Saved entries
---*---

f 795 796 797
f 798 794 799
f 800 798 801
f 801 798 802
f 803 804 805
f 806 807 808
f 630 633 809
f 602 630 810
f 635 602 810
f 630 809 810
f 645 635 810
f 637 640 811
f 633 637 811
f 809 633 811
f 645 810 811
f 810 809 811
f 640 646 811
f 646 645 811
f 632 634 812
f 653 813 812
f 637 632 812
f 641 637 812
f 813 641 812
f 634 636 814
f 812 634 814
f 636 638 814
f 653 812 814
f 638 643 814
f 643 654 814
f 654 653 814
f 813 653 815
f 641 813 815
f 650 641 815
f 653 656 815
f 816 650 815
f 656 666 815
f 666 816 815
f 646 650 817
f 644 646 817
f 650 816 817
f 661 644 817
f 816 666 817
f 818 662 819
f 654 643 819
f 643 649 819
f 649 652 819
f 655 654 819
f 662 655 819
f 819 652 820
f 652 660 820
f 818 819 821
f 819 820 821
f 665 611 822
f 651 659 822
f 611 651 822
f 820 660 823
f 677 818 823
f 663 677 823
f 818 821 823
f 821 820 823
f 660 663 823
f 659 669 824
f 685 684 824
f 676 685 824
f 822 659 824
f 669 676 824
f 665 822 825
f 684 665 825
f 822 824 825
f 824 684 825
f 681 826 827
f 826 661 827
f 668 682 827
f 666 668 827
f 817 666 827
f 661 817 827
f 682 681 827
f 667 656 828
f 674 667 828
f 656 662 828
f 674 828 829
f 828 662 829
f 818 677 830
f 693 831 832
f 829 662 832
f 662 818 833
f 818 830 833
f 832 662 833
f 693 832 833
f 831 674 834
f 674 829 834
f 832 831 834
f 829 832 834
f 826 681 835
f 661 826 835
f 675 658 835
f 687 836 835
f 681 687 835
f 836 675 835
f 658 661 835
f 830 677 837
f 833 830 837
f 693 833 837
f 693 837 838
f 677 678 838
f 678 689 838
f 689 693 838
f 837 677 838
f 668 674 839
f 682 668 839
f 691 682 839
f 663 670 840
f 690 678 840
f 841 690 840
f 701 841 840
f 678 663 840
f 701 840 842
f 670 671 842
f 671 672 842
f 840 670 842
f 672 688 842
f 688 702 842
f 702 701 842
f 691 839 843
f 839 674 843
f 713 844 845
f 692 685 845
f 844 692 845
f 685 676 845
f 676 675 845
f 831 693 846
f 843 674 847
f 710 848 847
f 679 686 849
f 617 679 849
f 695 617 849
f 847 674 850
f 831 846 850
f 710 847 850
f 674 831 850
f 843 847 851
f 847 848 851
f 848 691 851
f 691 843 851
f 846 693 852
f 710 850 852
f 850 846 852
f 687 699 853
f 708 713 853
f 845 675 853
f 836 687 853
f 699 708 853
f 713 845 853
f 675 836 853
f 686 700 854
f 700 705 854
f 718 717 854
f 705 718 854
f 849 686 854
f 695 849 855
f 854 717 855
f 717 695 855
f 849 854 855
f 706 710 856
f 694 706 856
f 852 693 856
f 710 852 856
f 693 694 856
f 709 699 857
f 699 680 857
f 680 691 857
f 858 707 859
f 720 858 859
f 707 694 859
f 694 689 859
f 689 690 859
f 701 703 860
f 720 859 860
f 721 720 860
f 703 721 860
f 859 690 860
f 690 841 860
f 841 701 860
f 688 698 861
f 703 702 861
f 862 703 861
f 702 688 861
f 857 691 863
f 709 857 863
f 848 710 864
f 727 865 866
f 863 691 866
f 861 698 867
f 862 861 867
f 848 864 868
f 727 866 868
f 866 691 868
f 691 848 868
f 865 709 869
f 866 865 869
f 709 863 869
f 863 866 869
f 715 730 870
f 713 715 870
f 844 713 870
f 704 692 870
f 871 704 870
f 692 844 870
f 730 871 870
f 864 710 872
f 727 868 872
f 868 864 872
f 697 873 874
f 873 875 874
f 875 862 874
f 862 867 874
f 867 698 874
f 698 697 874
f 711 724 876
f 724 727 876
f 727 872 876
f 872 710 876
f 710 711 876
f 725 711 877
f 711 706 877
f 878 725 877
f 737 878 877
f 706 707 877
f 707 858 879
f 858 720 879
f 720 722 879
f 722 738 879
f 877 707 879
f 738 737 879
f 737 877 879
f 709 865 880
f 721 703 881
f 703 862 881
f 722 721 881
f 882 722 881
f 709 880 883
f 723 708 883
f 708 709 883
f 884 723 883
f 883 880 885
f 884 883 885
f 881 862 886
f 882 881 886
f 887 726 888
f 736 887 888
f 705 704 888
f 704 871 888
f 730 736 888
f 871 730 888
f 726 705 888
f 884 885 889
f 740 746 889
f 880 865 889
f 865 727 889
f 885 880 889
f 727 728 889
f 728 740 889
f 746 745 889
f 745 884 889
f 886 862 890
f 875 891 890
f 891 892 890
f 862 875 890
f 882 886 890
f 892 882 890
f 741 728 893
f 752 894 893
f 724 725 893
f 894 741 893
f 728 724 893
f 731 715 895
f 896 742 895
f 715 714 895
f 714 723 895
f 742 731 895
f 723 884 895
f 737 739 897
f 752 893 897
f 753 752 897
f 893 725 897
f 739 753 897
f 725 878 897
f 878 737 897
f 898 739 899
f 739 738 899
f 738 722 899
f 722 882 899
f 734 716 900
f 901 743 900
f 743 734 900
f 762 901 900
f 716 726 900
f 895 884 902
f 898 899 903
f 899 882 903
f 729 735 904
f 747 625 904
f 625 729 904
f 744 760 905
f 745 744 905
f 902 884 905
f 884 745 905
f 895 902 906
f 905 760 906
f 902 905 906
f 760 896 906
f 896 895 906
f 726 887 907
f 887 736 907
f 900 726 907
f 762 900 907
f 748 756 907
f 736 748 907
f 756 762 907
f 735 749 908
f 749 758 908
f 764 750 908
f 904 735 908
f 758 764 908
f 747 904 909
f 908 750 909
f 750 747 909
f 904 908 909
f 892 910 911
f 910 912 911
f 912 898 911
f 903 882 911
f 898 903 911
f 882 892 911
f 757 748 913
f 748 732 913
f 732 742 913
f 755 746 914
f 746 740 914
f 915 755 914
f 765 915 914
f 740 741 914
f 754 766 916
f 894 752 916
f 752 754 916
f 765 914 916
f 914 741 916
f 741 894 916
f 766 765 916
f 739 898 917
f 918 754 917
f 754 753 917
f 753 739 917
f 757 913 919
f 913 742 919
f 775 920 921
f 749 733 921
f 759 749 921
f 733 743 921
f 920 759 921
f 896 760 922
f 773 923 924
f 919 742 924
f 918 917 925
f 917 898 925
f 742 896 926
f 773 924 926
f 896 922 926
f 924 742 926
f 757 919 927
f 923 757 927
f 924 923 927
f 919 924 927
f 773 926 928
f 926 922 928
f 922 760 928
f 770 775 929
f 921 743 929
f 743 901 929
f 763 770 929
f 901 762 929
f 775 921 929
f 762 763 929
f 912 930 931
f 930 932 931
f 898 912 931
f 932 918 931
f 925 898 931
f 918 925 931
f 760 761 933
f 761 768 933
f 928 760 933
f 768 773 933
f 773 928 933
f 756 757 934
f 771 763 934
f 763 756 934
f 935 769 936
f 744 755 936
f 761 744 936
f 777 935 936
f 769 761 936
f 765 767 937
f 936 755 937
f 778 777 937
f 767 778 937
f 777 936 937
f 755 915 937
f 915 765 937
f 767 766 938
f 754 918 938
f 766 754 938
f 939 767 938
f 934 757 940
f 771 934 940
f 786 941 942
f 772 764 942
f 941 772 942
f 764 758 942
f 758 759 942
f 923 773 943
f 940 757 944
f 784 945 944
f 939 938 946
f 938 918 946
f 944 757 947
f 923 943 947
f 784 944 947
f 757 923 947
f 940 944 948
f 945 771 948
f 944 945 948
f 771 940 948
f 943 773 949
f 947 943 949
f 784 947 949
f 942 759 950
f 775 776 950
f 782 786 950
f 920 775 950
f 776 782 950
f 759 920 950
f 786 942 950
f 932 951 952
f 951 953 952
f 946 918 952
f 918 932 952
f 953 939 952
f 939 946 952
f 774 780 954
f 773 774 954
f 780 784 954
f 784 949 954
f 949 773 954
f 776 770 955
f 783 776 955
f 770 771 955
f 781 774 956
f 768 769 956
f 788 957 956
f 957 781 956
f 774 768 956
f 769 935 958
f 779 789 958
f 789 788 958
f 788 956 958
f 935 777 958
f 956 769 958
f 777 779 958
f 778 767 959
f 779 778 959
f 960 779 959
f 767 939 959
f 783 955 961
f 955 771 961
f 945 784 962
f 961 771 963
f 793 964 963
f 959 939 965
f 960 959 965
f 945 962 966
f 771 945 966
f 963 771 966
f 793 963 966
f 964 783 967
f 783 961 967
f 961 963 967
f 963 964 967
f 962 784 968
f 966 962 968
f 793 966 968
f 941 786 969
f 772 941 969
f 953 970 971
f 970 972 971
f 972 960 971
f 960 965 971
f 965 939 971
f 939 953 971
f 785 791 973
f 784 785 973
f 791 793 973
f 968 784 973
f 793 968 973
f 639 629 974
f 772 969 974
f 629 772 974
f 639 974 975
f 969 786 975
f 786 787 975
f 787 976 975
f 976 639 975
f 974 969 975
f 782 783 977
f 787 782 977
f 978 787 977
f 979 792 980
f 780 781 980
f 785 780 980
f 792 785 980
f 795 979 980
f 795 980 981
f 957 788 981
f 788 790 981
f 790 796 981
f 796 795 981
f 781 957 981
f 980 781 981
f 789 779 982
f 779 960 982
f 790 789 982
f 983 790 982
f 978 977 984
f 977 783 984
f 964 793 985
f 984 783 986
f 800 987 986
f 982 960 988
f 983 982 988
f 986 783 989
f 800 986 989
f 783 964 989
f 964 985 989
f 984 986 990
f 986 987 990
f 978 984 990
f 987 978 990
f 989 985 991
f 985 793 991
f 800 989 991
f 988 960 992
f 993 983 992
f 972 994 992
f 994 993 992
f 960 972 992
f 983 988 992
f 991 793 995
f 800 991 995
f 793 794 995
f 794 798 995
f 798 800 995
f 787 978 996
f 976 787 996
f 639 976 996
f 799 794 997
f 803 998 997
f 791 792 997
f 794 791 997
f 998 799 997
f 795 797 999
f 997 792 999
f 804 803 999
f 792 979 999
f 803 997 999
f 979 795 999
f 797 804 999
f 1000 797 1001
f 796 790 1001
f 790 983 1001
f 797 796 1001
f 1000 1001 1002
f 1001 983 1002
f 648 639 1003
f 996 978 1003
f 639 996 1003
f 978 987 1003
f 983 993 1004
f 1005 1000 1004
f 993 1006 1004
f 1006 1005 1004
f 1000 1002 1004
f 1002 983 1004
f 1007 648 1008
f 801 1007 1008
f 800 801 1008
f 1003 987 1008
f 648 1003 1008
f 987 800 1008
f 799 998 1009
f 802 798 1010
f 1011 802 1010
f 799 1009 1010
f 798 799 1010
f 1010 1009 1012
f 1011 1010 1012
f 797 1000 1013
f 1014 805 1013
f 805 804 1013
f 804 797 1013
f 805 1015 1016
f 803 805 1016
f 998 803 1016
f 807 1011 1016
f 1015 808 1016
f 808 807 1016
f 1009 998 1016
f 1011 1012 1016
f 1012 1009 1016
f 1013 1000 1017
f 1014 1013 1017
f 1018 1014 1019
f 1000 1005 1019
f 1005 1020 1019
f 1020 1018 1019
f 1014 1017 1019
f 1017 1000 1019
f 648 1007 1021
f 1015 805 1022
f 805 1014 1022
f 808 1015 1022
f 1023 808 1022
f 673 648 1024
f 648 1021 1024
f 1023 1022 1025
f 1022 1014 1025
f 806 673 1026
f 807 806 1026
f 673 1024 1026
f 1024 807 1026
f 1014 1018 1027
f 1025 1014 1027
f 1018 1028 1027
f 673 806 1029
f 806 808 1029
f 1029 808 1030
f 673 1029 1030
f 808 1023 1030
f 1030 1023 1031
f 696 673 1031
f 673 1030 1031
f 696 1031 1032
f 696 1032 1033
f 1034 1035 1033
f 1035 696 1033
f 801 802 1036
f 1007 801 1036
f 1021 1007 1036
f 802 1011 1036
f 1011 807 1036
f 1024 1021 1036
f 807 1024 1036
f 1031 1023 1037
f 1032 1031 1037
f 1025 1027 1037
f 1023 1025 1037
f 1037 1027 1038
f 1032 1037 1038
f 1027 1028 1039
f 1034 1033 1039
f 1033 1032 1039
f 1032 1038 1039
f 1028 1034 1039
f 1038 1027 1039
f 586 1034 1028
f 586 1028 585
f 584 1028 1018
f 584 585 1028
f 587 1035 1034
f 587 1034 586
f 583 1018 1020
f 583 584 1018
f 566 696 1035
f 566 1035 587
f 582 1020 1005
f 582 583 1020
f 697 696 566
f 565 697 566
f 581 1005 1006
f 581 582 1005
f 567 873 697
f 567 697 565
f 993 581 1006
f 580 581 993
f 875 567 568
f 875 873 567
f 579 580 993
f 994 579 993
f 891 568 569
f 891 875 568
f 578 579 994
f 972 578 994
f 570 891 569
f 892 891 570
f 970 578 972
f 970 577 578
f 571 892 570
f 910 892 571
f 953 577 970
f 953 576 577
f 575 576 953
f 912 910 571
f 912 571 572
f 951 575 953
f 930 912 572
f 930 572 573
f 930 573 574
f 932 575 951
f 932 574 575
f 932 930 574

---*---

# [Work order]
The entries above hold the needed span. Transcribe exactly the lines from the one with "f 816 666 817" to the one with "f 669 676 824", both included.

# [Exercise output]
f 816 666 817
f 818 662 819
f 654 643 819
f 643 649 819
f 649 652 819
f 655 654 819
f 662 655 819
f 819 652 820
f 652 660 820
f 818 819 821
f 819 820 821
f 665 611 822
f 651 659 822
f 611 651 822
f 820 660 823
f 677 818 823
f 663 677 823
f 818 821 823
f 821 820 823
f 660 663 823
f 659 669 824
f 685 684 824
f 676 685 824
f 822 659 824
f 669 676 824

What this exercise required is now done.